» Work order
Exactly retype the lines of the material from its first line to the line with "# FreeCAD 1.0 macro for this part", including both.

» Material provided
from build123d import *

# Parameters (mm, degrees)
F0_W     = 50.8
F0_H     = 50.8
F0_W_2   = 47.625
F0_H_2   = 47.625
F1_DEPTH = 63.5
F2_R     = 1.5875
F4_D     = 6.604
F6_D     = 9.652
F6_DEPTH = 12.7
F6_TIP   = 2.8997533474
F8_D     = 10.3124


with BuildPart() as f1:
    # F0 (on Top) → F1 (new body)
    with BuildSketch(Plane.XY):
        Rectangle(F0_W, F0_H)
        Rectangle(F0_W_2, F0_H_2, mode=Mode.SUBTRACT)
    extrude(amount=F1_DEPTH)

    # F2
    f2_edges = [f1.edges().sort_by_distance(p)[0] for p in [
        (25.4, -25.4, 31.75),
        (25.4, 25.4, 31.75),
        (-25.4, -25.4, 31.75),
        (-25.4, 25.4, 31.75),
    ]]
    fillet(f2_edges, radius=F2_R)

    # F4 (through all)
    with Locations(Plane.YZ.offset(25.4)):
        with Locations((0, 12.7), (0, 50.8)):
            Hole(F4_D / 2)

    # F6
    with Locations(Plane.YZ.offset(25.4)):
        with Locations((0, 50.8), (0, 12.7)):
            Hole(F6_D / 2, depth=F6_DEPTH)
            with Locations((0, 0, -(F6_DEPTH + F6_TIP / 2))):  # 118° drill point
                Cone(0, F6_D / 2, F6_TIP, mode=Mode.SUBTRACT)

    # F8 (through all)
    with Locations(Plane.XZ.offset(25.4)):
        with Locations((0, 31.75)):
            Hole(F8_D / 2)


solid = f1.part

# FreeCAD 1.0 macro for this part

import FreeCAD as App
import Part
import Sketcher

V = App.Vector
Q = App.Units.Quantity


def edges_at(feature, points):
    """Names of the edges that pass closest to the given points."""
    edges = feature.Shape.Edges
    near = lambda p: min(range(len(edges)), key=lambda i: edges[i].distToShape(Part.Vertex(*p))[0])
    return sorted({f"Edge{near(p) + 1}" for p in points})


def add_polygon(sketch, points):
    """Adds a closed chain of lines whose ends are joined by coincident constraints."""
    first, n = sketch.GeometryCount, len(points)
    for a, b in zip(points, points[1:] + points[:1]):
        sketch.addGeometry(Part.LineSegment(App.Vector(*a, 0), App.Vector(*b, 0)), False)
    for i in range(n):
        sketch.addConstraint(Sketcher.Constraint("Coincident", first + i, 2, first + (i + 1) % n, 1))

doc = App.newDocument("Part")
body = doc.addObject("PartDesign::Body", "Body")

sketch1 = doc.addObject("Sketcher::SketchObject", "Sketch")
body.addObject(sketch1)
sketch1.AttachmentSupport = (doc.XY_Plane, [""])
sketch1.MapMode = "FlatFace"
add_polygon(sketch1, [(-25, 25), (-25, -25), (25, -25), (25, 25)])
add_polygon(sketch1, [(24, -24), (-24, -24), (-24, 24), (24, 24)])
sketch1.addConstraint(Sketcher.Constraint("Vertical", 0))
sketch1.addConstraint(Sketcher.Constraint("Horizontal", 1))
sketch1.addConstraint(Sketcher.Constraint("Vertical", 2))
sketch1.addConstraint(Sketcher.Constraint("Horizontal", 3))
sketch1.addConstraint(Sketcher.Constraint("Horizontal", 4))
sketch1.addConstraint(Sketcher.Constraint("Vertical", 5))
sketch1.addConstraint(Sketcher.Constraint("Horizontal", 6))
sketch1.addConstraint(Sketcher.Constraint("Vertical", 7))
sketch1.addConstraint(Sketcher.Constraint("Symmetric", 0, 2, 2, 2, -1, 1))
sketch1.addConstraint(Sketcher.Constraint("Symmetric", 4, 2, 6, 2, -1, 1))
sketch1.addConstraint(Sketcher.Constraint("Equal", 3, 0))
sketch1.addConstraint(Sketcher.Constraint("Equal", 6, 5))
sketch1.addConstraint(Sketcher.Constraint("DistanceX", 1, 1, 1, 2, Q("2 in")))
sketch1.addConstraint(Sketcher.Constraint("DistanceX", 4, 2, 4, 1, Q("1.875 in")))
pad1 = doc.addObject("PartDesign::Pad", "Pad")
body.addObject(pad1)
pad1.Profile = sketch1
pad1.Length = Q("2.5 in")
doc.recompute()

fillet = doc.addObject("PartDesign::Fillet", "Fillet")
body.addObject(fillet)
fillet.Base = (pad1, edges_at(pad1, [
    (25.4, -25.4, 31.75),
    (25.4, 25.4, 31.75),
    (-25.4, -25.4, 31.75),
    (-25.4, 25.4, 31.75),
]))
fillet.Radius = Q("0.0625 in")

sketch2 = doc.addObject("Sketcher::SketchObject", "Sketch001")
body.addObject(sketch2)
sketch2.AttachmentSupport = (doc.YZ_Plane, [""])
sketch2.MapMode = "FlatFace"
sketch2.AttachmentOffset = App.Placement(V(0, 0, 1 * 25.4), App.Rotation())
sketch2.addGeometry(Part.Circle(V(0, 12.7, 0), V(0, 0, 1), 3.3), False)
sketch2.addGeometry(Part.Circle(V(0, 50.8, 0), V(0, 0, 1), 3.3), False)
sketch2.addConstraint(Sketcher.Constraint("Equal", 0, 1))
sketch2.addConstraint(Sketcher.Constraint("PointOnObject", 0, 3, -2))
sketch2.addConstraint(Sketcher.Constraint("PointOnObject", 1, 3, -2))
sketch2.addConstraint(Sketcher.Constraint("Diameter", 0, Q("0.26 in")))
sketch2.addConstraint(Sketcher.Constraint("DistanceY", -1, 1, 1, 3, Q("2 in")))
sketch2.addConstraint(Sketcher.Constraint("DistanceY", -1, 1, 0, 3, Q("0.5 in")))
doc.recompute()
hole = doc.addObject("PartDesign::Hole", "Hole")
body.addObject(hole)
hole.Profile = sketch2
hole.ThreadType = "None"
hole.Diameter = Q("0.26 in")
hole.DepthType = "ThroughAll"

sketch3 = doc.addObject("Sketcher::SketchObject", "Sketch002")
body.addObject(sketch3)
sketch3.AttachmentSupport = (doc.YZ_Plane, [""])
sketch3.MapMode = "FlatFace"
sketch3.AttachmentOffset = App.Placement(V(0, 0, 1 * 25.4), App.Rotation())
sketch3.addGeometry(Part.Circle(V(0, 50.8, 0), V(0, 0, 1), 4.8), False)
sketch3.addGeometry(Part.Circle(V(0, 12.7, 0), V(0, 0, 1), 4.8), False)
sketch3.addConstraint(Sketcher.Constraint("Equal", 0, 1))
sketch3.addConstraint(Sketcher.Constraint("PointOnObject", 0, 3, -2))
sketch3.addConstraint(Sketcher.Constraint("PointOnObject", 1, 3, -2))
sketch3.addConstraint(Sketcher.Constraint("Diameter", 0, Q("0.38 in")))
sketch3.addConstraint(Sketcher.Constraint("DistanceY", -1, 1, 0, 3, Q("2 in")))
sketch3.addConstraint(Sketcher.Constraint("DistanceY", -1, 1, 1, 3, Q("0.5 in")))
doc.recompute()
hole2 = doc.addObject("PartDesign::Hole", "Hole001")
body.addObject(hole2)
hole2.Profile = sketch3
hole2.ThreadType = "None"
hole2.Diameter = Q("0.38 in")
hole2.DepthType = "Dimension"
hole2.Depth = Q("0.5 in")
hole2.DrillPoint = "Angled"
hole2.DrillPointAngle = 118

sketch4 = doc.addObject("Sketcher::SketchObject", "Sketch003")
body.addObject(sketch4)
sketch4.AttachmentSupport = (doc.XZ_Plane, [""])
sketch4.MapMode = "FlatFace"
sketch4.AttachmentOffset = App.Placement(V(0, 0, 1 * 25.4), App.Rotation())
sketch4.addGeometry(Part.Circle(V(0, 32, 0), V(0, 0, 1), 5), False)
sketch4.addConstraint(Sketcher.Constraint("PointOnObject", 0, 3, -2))
sketch4.addConstraint(Sketcher.Constraint("Diameter", 0, Q("0.406 in")))
sketch4.addConstraint(Sketcher.Constraint("DistanceY", -1, 1, 0, 3, Q("1.25 in")))
doc.recompute()
hole3 = doc.addObject("PartDesign::Hole", "Hole002")
body.addObject(hole3)
hole3.Profile = sketch4
hole3.ThreadType = "None"
hole3.Diameter = Q("0.406 in")
hole3.DepthType = "ThroughAll"

doc.recompute()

» Response for this exercise
from build123d import *

# Parameters (mm, degrees)
F0_W     = 50.8
F0_H     = 50.8
F0_W_2   = 47.625
F0_H_2   = 47.625
F1_DEPTH = 63.5
F2_R     = 1.5875
F4_D     = 6.604
F6_D     = 9.652
F6_DEPTH = 12.7
F6_TIP   = 2.8997533474
F8_D     = 10.3124


with BuildPart() as f1:
    # F0 (on Top) → F1 (new body)
    with BuildSketch(Plane.XY):
        Rectangle(F0_W, F0_H)
        Rectangle(F0_W_2, F0_H_2, mode=Mode.SUBTRACT)
    extrude(amount=F1_DEPTH)

    # F2
    f2_edges = [f1.edges().sort_by_distance(p)[0] for p in [
        (25.4, -25.4, 31.75),
        (25.4, 25.4, 31.75),
        (-25.4, -25.4, 31.75),
        (-25.4, 25.4, 31.75),
    ]]
    fillet(f2_edges, radius=F2_R)

    # F4 (through all)
    with Locations(Plane.YZ.offset(25.4)):
        with Locations((0, 12.7), (0, 50.8)):
            Hole(F4_D / 2)

    # F6
    with Locations(Plane.YZ.offset(25.4)):
        with Locations((0, 50.8), (0, 12.7)):
            Hole(F6_D / 2, depth=F6_DEPTH)
            with Locations((0, 0, -(F6_DEPTH + F6_TIP / 2))):  # 118° drill point
                Cone(0, F6_D / 2, F6_TIP, mode=Mode.SUBTRACT)

    # F8 (through all)
    with Locations(Plane.XZ.offset(25.4)):
        with Locations((0, 31.75)):
            Hole(F8_D / 2)


solid = f1.part

# FreeCAD 1.0 macro for this part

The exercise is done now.